═══ SUPPLIED RECORDS
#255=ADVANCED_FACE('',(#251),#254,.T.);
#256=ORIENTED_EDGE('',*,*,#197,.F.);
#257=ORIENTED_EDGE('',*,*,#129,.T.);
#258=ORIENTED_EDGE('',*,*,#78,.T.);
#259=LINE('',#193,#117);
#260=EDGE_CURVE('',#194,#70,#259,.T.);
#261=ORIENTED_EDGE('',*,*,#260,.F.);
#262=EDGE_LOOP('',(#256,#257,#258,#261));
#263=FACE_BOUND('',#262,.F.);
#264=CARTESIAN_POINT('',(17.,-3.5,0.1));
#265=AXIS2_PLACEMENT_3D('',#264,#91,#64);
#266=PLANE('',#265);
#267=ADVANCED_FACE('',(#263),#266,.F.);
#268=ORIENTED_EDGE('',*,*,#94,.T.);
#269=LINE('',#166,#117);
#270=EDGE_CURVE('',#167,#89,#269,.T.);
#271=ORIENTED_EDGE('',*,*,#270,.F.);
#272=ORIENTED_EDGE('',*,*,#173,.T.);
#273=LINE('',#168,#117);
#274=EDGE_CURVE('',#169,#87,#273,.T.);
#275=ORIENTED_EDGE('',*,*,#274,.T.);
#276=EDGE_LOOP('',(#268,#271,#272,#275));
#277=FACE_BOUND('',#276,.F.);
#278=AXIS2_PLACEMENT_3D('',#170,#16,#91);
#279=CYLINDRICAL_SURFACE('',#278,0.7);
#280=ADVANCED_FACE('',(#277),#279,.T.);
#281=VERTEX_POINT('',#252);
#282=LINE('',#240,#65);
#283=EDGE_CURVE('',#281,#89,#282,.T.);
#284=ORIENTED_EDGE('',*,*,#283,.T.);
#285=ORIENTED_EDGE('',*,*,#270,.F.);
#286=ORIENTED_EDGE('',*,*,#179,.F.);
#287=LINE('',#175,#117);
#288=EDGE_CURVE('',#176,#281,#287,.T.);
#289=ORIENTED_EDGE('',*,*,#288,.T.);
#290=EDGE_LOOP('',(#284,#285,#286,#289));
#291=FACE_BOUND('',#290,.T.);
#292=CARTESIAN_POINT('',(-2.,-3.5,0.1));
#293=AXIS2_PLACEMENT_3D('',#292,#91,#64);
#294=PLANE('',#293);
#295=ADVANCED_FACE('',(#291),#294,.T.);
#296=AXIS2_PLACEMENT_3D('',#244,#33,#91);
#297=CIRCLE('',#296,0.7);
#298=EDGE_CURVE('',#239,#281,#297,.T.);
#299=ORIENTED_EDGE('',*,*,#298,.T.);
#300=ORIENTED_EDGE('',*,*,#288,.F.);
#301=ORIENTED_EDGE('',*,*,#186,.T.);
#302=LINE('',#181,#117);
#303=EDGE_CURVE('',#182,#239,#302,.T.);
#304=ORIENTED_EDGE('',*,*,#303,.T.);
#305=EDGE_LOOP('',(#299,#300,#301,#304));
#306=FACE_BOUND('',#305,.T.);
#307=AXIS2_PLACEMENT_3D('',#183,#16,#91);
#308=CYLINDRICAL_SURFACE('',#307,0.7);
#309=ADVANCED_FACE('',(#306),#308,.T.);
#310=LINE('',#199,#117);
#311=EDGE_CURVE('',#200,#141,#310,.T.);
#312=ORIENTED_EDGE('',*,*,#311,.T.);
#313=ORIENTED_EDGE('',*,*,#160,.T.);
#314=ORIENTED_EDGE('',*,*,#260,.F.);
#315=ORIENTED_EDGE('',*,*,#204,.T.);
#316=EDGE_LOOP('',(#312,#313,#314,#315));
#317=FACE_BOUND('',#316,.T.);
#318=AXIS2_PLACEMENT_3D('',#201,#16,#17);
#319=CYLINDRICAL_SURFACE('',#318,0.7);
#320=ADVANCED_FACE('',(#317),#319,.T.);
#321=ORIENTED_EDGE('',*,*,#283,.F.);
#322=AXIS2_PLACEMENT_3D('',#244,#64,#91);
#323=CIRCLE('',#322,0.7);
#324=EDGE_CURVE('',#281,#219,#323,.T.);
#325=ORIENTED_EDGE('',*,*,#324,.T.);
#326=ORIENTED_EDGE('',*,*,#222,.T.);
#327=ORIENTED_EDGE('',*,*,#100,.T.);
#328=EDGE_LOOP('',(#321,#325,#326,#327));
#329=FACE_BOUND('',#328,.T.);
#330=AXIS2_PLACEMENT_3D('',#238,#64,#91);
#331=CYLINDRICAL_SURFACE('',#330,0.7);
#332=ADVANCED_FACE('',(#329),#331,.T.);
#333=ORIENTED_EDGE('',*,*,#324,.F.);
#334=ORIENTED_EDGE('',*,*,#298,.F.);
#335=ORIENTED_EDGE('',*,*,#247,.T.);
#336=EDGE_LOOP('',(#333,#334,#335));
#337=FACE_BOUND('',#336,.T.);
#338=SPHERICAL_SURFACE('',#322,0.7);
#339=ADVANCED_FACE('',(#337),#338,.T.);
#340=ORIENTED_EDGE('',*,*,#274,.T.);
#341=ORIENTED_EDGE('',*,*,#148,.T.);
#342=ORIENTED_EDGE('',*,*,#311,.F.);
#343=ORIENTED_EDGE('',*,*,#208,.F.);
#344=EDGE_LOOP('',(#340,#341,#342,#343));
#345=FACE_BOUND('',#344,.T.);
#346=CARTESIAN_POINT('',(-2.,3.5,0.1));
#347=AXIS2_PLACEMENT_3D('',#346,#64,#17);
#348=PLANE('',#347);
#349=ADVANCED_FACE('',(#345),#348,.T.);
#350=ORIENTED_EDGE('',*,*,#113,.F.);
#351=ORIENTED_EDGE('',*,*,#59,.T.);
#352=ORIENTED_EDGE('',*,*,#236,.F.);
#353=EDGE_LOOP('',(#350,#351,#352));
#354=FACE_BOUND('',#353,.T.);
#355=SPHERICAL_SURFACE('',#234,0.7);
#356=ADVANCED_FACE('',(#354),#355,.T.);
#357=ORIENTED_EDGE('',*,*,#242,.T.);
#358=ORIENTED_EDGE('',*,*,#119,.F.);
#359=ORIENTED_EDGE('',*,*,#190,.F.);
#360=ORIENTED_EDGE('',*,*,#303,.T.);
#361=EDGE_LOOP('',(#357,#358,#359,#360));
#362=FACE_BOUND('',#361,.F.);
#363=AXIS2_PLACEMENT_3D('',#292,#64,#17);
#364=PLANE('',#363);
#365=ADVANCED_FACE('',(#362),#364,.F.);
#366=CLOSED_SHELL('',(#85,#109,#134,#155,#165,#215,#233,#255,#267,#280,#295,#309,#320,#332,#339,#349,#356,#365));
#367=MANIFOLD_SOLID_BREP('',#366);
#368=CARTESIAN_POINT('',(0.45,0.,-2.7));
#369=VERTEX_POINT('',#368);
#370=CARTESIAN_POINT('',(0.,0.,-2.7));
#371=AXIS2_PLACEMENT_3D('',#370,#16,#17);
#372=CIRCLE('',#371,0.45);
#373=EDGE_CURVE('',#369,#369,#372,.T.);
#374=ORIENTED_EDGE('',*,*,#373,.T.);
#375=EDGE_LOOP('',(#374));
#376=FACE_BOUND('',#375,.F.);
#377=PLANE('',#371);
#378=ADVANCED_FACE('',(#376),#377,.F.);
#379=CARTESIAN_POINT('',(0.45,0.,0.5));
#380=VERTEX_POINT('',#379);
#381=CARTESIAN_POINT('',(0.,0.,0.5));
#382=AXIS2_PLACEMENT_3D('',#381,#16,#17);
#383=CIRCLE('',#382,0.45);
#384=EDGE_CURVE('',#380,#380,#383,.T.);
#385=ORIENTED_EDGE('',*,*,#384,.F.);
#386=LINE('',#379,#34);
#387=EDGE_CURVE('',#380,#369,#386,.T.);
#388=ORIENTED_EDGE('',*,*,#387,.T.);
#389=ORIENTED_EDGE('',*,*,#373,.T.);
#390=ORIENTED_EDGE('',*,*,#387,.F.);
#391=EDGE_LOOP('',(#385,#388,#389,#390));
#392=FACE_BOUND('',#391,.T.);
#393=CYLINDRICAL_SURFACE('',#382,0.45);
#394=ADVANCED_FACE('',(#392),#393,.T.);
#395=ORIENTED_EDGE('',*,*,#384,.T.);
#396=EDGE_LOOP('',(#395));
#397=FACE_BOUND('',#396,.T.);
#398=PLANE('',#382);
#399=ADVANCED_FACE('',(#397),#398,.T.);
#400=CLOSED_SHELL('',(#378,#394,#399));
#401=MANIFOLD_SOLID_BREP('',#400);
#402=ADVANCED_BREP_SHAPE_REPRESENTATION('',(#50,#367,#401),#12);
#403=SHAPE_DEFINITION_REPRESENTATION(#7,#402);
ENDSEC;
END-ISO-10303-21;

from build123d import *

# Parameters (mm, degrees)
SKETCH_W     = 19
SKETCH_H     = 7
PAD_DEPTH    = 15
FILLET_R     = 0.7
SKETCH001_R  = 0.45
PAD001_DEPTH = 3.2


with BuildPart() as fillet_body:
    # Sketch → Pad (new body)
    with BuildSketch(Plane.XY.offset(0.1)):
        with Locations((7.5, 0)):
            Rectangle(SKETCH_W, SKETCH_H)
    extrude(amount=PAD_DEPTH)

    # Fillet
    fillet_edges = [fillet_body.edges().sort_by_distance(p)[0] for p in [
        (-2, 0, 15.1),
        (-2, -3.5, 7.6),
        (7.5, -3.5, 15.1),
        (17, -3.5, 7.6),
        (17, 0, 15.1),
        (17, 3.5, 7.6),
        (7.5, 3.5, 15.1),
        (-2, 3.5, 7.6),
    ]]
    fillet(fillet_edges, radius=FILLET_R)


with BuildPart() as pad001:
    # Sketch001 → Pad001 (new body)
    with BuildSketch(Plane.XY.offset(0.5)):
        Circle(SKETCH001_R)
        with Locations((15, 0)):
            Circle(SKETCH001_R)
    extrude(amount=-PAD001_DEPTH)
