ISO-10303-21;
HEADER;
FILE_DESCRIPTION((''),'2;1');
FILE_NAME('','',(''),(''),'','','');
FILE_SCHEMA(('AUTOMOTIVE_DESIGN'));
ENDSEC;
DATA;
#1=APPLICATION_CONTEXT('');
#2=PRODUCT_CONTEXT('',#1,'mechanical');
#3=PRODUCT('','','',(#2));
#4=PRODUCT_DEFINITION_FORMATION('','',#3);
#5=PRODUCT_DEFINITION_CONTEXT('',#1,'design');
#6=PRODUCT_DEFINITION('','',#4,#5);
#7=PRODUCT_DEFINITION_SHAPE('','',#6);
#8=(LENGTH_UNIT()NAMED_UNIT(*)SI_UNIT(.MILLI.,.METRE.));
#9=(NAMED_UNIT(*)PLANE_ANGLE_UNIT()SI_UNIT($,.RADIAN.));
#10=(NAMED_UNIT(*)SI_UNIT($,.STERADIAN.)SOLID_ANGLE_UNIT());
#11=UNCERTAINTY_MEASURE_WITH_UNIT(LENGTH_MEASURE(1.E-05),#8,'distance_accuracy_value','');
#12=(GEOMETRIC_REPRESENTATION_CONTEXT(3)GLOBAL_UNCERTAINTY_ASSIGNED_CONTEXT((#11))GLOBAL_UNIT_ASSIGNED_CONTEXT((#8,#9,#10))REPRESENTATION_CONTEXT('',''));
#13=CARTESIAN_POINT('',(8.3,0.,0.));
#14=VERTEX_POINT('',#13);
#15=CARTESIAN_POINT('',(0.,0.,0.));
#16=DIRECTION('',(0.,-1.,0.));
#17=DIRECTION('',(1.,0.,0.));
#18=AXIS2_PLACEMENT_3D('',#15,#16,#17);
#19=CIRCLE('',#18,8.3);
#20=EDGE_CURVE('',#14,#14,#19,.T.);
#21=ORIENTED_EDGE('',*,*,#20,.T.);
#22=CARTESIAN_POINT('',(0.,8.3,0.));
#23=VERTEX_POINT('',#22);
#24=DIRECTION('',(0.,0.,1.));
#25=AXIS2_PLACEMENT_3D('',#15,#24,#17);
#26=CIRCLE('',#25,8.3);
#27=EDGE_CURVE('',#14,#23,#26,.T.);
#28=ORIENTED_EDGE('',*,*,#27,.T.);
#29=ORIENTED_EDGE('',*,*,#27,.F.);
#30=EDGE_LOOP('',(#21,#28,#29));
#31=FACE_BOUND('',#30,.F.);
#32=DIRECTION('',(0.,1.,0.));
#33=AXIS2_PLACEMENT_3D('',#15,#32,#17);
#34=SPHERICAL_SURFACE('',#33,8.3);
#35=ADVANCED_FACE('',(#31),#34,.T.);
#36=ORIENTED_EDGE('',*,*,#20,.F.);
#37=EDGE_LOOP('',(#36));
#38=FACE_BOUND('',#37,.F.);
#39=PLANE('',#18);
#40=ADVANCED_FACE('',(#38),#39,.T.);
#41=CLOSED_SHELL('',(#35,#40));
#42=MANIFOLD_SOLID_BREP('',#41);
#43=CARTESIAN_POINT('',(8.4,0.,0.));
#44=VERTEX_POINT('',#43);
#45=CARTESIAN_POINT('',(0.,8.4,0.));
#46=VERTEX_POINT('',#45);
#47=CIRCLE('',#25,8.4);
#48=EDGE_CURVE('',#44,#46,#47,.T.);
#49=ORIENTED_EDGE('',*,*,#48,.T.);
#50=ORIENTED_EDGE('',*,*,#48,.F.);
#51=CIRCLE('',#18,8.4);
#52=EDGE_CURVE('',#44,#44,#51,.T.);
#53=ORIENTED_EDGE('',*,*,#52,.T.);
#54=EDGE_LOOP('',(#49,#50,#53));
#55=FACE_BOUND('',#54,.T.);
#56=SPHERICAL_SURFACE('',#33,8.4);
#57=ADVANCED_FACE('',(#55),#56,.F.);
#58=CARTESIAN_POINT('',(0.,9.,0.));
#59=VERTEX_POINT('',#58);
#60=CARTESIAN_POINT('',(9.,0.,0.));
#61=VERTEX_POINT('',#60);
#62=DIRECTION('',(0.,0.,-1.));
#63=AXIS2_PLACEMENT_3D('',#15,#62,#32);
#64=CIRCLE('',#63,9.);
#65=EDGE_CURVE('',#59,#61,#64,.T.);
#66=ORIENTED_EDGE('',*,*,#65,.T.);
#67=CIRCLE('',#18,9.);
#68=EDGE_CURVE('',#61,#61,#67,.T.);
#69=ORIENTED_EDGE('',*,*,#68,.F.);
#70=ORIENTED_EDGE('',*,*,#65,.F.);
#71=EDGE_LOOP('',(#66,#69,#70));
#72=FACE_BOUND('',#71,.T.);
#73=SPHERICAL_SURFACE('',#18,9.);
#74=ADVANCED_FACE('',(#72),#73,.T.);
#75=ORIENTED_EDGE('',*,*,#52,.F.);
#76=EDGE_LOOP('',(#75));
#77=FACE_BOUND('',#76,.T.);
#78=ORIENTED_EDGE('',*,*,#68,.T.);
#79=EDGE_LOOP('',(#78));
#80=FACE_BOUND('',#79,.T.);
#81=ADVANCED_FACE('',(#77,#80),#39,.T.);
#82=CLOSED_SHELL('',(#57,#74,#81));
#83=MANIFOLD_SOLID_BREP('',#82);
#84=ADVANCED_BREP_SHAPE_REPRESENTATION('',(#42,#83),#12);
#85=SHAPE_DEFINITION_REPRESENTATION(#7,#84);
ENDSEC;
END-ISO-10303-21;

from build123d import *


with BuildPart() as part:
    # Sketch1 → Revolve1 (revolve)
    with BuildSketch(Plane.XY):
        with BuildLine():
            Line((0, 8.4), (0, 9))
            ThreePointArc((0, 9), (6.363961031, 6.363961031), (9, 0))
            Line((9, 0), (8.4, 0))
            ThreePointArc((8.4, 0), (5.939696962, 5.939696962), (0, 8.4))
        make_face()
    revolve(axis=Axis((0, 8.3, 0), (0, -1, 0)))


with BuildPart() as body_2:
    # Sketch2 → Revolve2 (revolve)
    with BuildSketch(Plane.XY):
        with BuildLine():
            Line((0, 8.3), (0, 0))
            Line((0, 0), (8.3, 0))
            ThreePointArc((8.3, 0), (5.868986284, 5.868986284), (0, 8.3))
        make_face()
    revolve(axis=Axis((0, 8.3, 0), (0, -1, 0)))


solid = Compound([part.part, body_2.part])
══════
_TASK PROMPT:_
Beginning at the line with "#396=EDGE_LOOP('',(#395));" and stopping after the line with "#402=ADVANCED_BREP_SHAPE_REPRESENTATION('',(#50,#367,#401),#12);", please write out every line of the data above exactly and nothing else.

_RESPONSE TO THIS TASK:_
#396=EDGE_LOOP('',(#395));
#397=FACE_BOUND('',#396,.T.);
#398=PLANE('',#382);
#399=ADVANCED_FACE('',(#397),#398,.T.);
#400=CLOSED_SHELL('',(#378,#394,#399));
#401=MANIFOLD_SOLID_BREP('',#400);
#402=ADVANCED_BREP_SHAPE_REPRESENTATION('',(#50,#367,#401),#12);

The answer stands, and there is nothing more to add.